** DATA TO PROCESS **
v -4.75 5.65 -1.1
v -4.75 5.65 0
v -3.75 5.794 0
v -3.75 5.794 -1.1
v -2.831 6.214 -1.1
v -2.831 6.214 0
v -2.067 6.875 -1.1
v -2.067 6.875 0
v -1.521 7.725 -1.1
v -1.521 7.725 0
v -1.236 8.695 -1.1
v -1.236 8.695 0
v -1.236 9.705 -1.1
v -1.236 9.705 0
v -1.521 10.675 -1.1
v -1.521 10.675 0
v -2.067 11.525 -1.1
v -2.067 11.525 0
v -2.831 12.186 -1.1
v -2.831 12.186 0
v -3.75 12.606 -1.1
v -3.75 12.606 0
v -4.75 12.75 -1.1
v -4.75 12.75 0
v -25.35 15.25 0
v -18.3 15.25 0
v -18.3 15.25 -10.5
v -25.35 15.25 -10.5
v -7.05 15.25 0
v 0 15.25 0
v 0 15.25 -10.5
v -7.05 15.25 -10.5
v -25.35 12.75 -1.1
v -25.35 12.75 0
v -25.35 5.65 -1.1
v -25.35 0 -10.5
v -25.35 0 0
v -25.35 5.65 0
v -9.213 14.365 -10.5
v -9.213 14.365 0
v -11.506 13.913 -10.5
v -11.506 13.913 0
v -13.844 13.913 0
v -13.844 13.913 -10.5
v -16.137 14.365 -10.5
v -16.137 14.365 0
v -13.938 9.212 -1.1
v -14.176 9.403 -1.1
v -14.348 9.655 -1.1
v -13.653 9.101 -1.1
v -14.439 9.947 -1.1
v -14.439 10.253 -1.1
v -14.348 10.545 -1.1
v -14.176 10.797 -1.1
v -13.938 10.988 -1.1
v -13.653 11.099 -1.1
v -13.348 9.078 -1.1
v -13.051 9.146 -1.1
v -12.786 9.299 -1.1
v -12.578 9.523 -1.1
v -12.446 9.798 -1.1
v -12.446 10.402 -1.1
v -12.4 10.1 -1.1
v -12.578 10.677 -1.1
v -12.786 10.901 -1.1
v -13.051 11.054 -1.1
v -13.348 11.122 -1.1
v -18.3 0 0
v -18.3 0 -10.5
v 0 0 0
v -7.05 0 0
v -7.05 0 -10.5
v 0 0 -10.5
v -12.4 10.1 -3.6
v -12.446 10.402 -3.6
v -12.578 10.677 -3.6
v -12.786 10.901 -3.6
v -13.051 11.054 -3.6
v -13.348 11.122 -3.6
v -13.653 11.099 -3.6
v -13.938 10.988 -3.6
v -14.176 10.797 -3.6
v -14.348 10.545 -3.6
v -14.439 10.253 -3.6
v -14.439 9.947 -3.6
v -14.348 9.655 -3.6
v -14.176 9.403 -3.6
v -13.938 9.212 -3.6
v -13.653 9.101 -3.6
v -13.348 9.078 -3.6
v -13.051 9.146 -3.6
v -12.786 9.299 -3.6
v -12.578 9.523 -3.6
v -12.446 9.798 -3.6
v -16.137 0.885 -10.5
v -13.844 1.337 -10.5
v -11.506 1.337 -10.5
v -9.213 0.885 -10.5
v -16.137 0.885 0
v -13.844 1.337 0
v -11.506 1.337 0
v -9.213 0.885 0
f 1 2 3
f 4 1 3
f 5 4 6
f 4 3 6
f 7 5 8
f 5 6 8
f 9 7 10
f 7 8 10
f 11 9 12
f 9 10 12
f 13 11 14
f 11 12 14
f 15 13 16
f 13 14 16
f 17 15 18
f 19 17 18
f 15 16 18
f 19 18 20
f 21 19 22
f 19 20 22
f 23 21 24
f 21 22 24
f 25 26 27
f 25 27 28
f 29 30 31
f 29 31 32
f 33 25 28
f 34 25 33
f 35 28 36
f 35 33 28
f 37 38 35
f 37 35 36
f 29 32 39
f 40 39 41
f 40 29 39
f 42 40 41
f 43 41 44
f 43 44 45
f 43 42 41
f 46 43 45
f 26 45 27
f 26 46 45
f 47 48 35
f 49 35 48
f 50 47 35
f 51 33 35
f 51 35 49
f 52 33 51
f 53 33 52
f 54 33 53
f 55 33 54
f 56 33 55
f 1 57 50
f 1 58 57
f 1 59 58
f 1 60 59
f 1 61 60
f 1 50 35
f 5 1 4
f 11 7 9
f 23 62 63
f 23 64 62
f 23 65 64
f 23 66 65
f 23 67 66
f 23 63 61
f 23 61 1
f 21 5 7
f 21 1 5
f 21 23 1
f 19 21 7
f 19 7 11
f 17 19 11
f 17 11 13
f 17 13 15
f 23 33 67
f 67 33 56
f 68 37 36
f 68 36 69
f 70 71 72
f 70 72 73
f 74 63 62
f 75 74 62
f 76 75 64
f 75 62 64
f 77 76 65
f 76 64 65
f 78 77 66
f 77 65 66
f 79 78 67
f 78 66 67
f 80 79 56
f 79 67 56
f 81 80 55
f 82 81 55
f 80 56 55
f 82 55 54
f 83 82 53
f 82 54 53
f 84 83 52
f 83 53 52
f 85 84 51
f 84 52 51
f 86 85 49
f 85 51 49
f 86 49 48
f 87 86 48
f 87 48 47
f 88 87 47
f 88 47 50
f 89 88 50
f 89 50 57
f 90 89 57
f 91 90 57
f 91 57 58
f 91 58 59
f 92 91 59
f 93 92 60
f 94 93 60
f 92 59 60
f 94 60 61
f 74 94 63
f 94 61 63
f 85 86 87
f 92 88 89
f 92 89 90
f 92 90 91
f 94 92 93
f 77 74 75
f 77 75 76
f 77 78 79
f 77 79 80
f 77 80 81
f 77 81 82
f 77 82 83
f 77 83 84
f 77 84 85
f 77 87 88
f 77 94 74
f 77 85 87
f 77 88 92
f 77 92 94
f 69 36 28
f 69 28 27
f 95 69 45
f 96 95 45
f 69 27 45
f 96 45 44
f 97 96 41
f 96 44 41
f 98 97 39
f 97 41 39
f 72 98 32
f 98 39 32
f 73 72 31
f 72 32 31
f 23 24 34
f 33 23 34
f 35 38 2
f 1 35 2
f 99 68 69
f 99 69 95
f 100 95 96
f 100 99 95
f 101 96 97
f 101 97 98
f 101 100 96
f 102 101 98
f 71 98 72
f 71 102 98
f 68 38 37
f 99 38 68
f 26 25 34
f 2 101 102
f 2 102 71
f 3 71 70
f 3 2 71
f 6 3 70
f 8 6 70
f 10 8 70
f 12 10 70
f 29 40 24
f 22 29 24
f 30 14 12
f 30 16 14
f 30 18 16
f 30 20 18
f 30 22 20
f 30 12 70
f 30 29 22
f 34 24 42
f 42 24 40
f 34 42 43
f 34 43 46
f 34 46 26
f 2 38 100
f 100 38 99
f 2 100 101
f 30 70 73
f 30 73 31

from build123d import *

# Parameters (mm, degrees)
F1_DEPTH = 10.5
F2_DEPTH = 1.1
F3_R     = 1.025
F4_DEPTH = 2.5


with BuildPart() as f1:
    # F0 (on Top) → F1 (new body)
    with BuildSketch(Plane.XY):
        with BuildLine():
            Line((-7.05, 0), (0, 0))
            Line((0, 0), (0, 15.25))
            Line((0, 15.25), (-7.05, 15.25))
            ThreePointArc((-7.05, 15.25), (-12.675, 13.856541), (-18.3, 15.25))
            Line((-18.3, 15.25), (-25.35, 15.25))
            Line((-25.35, 15.25), (-25.35, 12.75))
            Line((-25.35, 12.75), (-4.75, 12.75))
            ThreePointArc((-4.75, 12.75), (-1.2, 9.2), (-4.75, 5.65))
            Line((-4.75, 5.65), (-25.35, 5.65))
            Line((-25.35, 5.65), (-25.35, 0))
            Line((-25.35, 0), (-18.3, 0))
            ThreePointArc((-18.3, 0), (-12.675, 1.393459), (-7.05, 0))
        make_face()
        with BuildLine():
            Line((-25.35, 12.75), (-25.35, 5.65))
            Line((-25.35, 5.65), (-4.75, 5.65))
            ThreePointArc((-4.75, 5.65), (-1.2, 9.2), (-4.75, 12.75))
            Line((-4.75, 12.75), (-25.35, 12.75))
        make_face()
    extrude(amount=-F1_DEPTH)

    # F0 (on Top) → F2 (cut)
    with BuildSketch(Plane.XY):
        with BuildLine():
            Line((-25.35, 12.75), (-25.35, 5.65))
            Line((-25.35, 5.65), (-4.75, 5.65))
            ThreePointArc((-4.75, 5.65), (-1.2, 9.2), (-4.75, 12.75))
            Line((-4.75, 12.75), (-25.35, 12.75))
        make_face()
    extrude(amount=-F2_DEPTH, mode=Mode.SUBTRACT)

    # F3 (on face) → F4 (cut)
    with BuildSketch(Plane.XY.offset(-1.1)):
        with Locations((-13.425, 10.1)):
            Circle(F3_R)
    extrude(amount=-F4_DEPTH, mode=Mode.SUBTRACT)


solid = f1.part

** EXERCISE INSTRUCTIONS **
Lines after the one containing "v -13.844 13.913 -10.5" are not wanted; repeat exactly each line above from the first up to and including it.

** RESULT BELOW **
v -4.75 5.65 -1.1
v -4.75 5.65 0
v -3.75 5.794 0
v -3.75 5.794 -1.1
v -2.831 6.214 -1.1
v -2.831 6.214 0
v -2.067 6.875 -1.1
v -2.067 6.875 0
v -1.521 7.725 -1.1
v -1.521 7.725 0
v -1.236 8.695 -1.1
v -1.236 8.695 0
v -1.236 9.705 -1.1
v -1.236 9.705 0
v -1.521 10.675 -1.1
v -1.521 10.675 0
v -2.067 11.525 -1.1
v -2.067 11.525 0
v -2.831 12.186 -1.1
v -2.831 12.186 0
v -3.75 12.606 -1.1
v -3.75 12.606 0
v -4.75 12.75 -1.1
v -4.75 12.75 0
v -25.35 15.25 0
v -18.3 15.25 0
v -18.3 15.25 -10.5
v -25.35 15.25 -10.5
v -7.05 15.25 0
v 0 15.25 0
v 0 15.25 -10.5
v -7.05 15.25 -10.5
v -25.35 12.75 -1.1
v -25.35 12.75 0
v -25.35 5.65 -1.1
v -25.35 0 -10.5
v -25.35 0 0
v -25.35 5.65 0
v -9.213 14.365 -10.5
v -9.213 14.365 0
v -11.506 13.913 -10.5
v -11.506 13.913 0
v -13.844 13.913 0
v -13.844 13.913 -10.5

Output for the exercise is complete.